▸ How to complete this task: Every line in the data below that includes "SUBTRACT" belongs in the answer, copied as it stands.
Records for the task START
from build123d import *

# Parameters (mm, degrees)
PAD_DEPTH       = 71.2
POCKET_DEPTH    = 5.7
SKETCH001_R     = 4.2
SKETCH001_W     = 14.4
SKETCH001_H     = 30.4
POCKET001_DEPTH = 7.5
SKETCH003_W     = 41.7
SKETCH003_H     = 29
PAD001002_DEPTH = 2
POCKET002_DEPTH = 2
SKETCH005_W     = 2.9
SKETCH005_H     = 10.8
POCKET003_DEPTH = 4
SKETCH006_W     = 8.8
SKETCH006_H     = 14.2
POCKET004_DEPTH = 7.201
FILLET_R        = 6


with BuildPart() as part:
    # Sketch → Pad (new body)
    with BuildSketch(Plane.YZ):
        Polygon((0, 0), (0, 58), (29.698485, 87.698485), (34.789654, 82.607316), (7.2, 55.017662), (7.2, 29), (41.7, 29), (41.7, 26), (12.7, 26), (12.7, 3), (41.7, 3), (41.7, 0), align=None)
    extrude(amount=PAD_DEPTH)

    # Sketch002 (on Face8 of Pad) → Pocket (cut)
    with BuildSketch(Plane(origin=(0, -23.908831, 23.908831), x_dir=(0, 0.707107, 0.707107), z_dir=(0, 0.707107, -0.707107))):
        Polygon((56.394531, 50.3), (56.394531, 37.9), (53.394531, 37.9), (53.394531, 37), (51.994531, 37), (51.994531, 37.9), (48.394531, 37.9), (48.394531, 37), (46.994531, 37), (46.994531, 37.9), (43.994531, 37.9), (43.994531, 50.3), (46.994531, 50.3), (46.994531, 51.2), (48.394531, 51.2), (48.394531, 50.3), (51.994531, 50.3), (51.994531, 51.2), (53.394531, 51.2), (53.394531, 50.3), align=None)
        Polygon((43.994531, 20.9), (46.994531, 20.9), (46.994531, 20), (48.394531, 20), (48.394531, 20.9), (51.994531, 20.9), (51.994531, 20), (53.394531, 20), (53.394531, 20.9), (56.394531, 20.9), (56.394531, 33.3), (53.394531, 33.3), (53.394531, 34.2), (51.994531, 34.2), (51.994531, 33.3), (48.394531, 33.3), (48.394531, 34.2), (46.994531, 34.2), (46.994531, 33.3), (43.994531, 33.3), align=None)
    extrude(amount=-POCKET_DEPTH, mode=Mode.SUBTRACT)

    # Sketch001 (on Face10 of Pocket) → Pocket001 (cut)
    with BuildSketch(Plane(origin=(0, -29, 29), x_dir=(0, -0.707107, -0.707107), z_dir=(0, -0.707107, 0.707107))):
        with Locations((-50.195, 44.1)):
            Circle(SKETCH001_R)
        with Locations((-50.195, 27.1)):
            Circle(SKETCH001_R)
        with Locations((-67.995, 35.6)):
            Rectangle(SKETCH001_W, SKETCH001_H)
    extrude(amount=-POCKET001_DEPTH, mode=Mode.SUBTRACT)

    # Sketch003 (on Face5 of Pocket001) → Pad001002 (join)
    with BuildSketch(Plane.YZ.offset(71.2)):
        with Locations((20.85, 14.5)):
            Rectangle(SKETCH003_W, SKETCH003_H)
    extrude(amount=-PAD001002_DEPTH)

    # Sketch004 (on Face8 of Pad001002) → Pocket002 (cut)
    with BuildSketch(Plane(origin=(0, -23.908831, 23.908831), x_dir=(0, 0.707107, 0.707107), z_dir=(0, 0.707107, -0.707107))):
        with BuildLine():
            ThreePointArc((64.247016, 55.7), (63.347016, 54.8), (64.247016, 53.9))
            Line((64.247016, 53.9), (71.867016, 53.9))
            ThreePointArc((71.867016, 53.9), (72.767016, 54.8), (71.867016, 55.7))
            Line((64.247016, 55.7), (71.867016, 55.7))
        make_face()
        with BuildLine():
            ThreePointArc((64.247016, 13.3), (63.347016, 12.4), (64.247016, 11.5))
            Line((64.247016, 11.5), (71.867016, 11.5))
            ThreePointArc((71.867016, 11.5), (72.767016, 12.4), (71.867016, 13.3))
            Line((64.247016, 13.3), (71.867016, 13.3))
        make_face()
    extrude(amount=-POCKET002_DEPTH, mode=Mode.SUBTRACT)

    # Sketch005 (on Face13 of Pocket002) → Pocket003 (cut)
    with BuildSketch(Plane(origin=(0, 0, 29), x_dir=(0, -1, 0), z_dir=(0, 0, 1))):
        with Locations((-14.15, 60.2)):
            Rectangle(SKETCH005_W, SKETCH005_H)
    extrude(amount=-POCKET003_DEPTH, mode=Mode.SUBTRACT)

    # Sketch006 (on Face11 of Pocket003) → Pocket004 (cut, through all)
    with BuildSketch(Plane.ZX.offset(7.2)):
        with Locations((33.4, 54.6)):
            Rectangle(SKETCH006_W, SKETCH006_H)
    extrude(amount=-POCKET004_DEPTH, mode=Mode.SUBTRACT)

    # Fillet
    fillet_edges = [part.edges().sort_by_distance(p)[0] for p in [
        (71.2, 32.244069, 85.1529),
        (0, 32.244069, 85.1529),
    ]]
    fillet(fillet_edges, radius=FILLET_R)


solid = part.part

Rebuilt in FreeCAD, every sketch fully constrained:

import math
import FreeCAD as App
import Part
import Sketcher

V = App.Vector
Q = App.Units.Quantity


def edges_at(feature, points):
    """Names of the edges that pass closest to the given points."""
    edges = feature.Shape.Edges
    near = lambda p: min(range(len(edges)), key=lambda i: edges[i].distToShape(Part.Vertex(*p))[0])
    return sorted({f"Edge{near(p) + 1}" for p in points})


def add_polygon(sketch, points):
    """Adds a closed chain of lines whose ends are joined by coincident constraints."""
    first, n = sketch.GeometryCount, len(points)
    for a, b in zip(points, points[1:] + points[:1]):
        sketch.addGeometry(Part.LineSegment(App.Vector(*a, 0), App.Vector(*b, 0)), False)
    for i in range(n):
        sketch.addConstraint(Sketcher.Constraint("Coincident", first + i, 2, first + (i + 1) % n, 1))

doc = App.newDocument("Part")
body = doc.addObject("PartDesign::Body", "Body")

# Sketch on YZ plane
sketch1 = doc.addObject("Sketcher::SketchObject", "Sketch")
body.addObject(sketch1)
sketch1.AttachmentSupport = (doc.YZ_Plane, [""])
sketch1.MapMode = "FlatFace"
add_polygon(sketch1, [(0, 58), (0, 0), (41.7, 0), (41.7, 3), (12.7, 3), (12.7, 26), (41.7, 26), (41.7, 29), (7.2, 29), (7.2, 55), (34.8, 82.6), (29.7, 87.7)])  # lines 0-11
sketch1.addConstraint([
    Sketcher.Constraint("Vertical", 0),
    Sketcher.Constraint("Horizontal", 1),
    Sketcher.Constraint("Vertical", 2),
    Sketcher.Constraint("Horizontal", 3),
    Sketcher.Constraint("Vertical", 4),
    Sketcher.Constraint("Horizontal", 5),
    Sketcher.Constraint("Vertical", 6),
    Sketcher.Constraint("Horizontal", 7),
    Sketcher.Constraint("Vertical", 8),
    Sketcher.Constraint("Coincident", 0, 2, -1, 1),
    Sketcher.Constraint("Perpendicular", 9, 10),
    Sketcher.Constraint("Perpendicular", 10, 11),
    Sketcher.Constraint("Vertical", 2, 2, 5, 2),
    Sketcher.Constraint("Equal", 2, 6),
    Sketcher.Constraint("DistanceX", 3, 2, 3, 1, 29.0),
    Sketcher.Constraint("DistanceY", 0, 2, 0, 1, 58.0),
    Sketcher.Constraint("DistanceY", 2, 1, 2, 2, 3.0),
    Sketcher.Constraint("DistanceY", 4, 1, 4, 2, 23.0),
    Sketcher.Constraint("Angle", 9, Q("45 deg")),
    Sketcher.Constraint("Distance", 11, 42.0),
    Sketcher.Constraint("DistanceX", 1, 1, 1, 2, 41.7),
    Sketcher.Constraint("DistanceX", 7, 2, 7, 1, 34.5),
    Sketcher.Constraint("Distance", 10, 7.2),
])
pad1 = doc.addObject("PartDesign::Pad", "Pad")
body.addObject(pad1)
pad1.Profile = sketch1
pad1.Length = 71.2

# Sketch on an angled plane
sketch2 = doc.addObject("Sketcher::SketchObject", "Sketch001")
body.addObject(sketch2)
sketch2.Placement = App.Placement(V(0, -23.908831, 23.908831), App.Rotation(V(0, 0.707106781, 0.707106781), V(0.999999999, 0, 0), V(0, 0.707106781, -0.707106781), "ZXY"))
add_polygon(sketch2, [(56.4, 37.9), (56.4, 50.3), (53.4, 50.3), (53.4, 51.2), (52, 51.2), (52, 50.3), (48.4, 50.3), (48.4, 51.2), (47, 51.2), (47, 50.3), (44, 50.3), (44, 37.9), (47, 37.9), (47, 37), (48.4, 37), (48.4, 37.9), (52, 37.9), (52, 37), (53.4, 37), (53.4, 37.9)])  # lines 0-19
add_polygon(sketch2, [(44, 20.9), (47, 20.9), (47, 20), (48.4, 20), (48.4, 20.9), (52, 20.9), (52, 20), (53.4, 20), (53.4, 20.9), (56.4, 20.9), (56.4, 33.3), (53.4, 33.3), (53.4, 34.2), (52, 34.2), (52, 33.3), (48.4, 33.3), (48.4, 34.2), (47, 34.2), (47, 33.3), (44, 33.3)])  # lines 20-39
Records for the task END
▸ The completed task:
    extrude(amount=-POCKET_DEPTH, mode=Mode.SUBTRACT)
    extrude(amount=-POCKET001_DEPTH, mode=Mode.SUBTRACT)
    extrude(amount=-POCKET002_DEPTH, mode=Mode.SUBTRACT)
    extrude(amount=-POCKET003_DEPTH, mode=Mode.SUBTRACT)
    extrude(amount=-POCKET004_DEPTH, mode=Mode.SUBTRACT)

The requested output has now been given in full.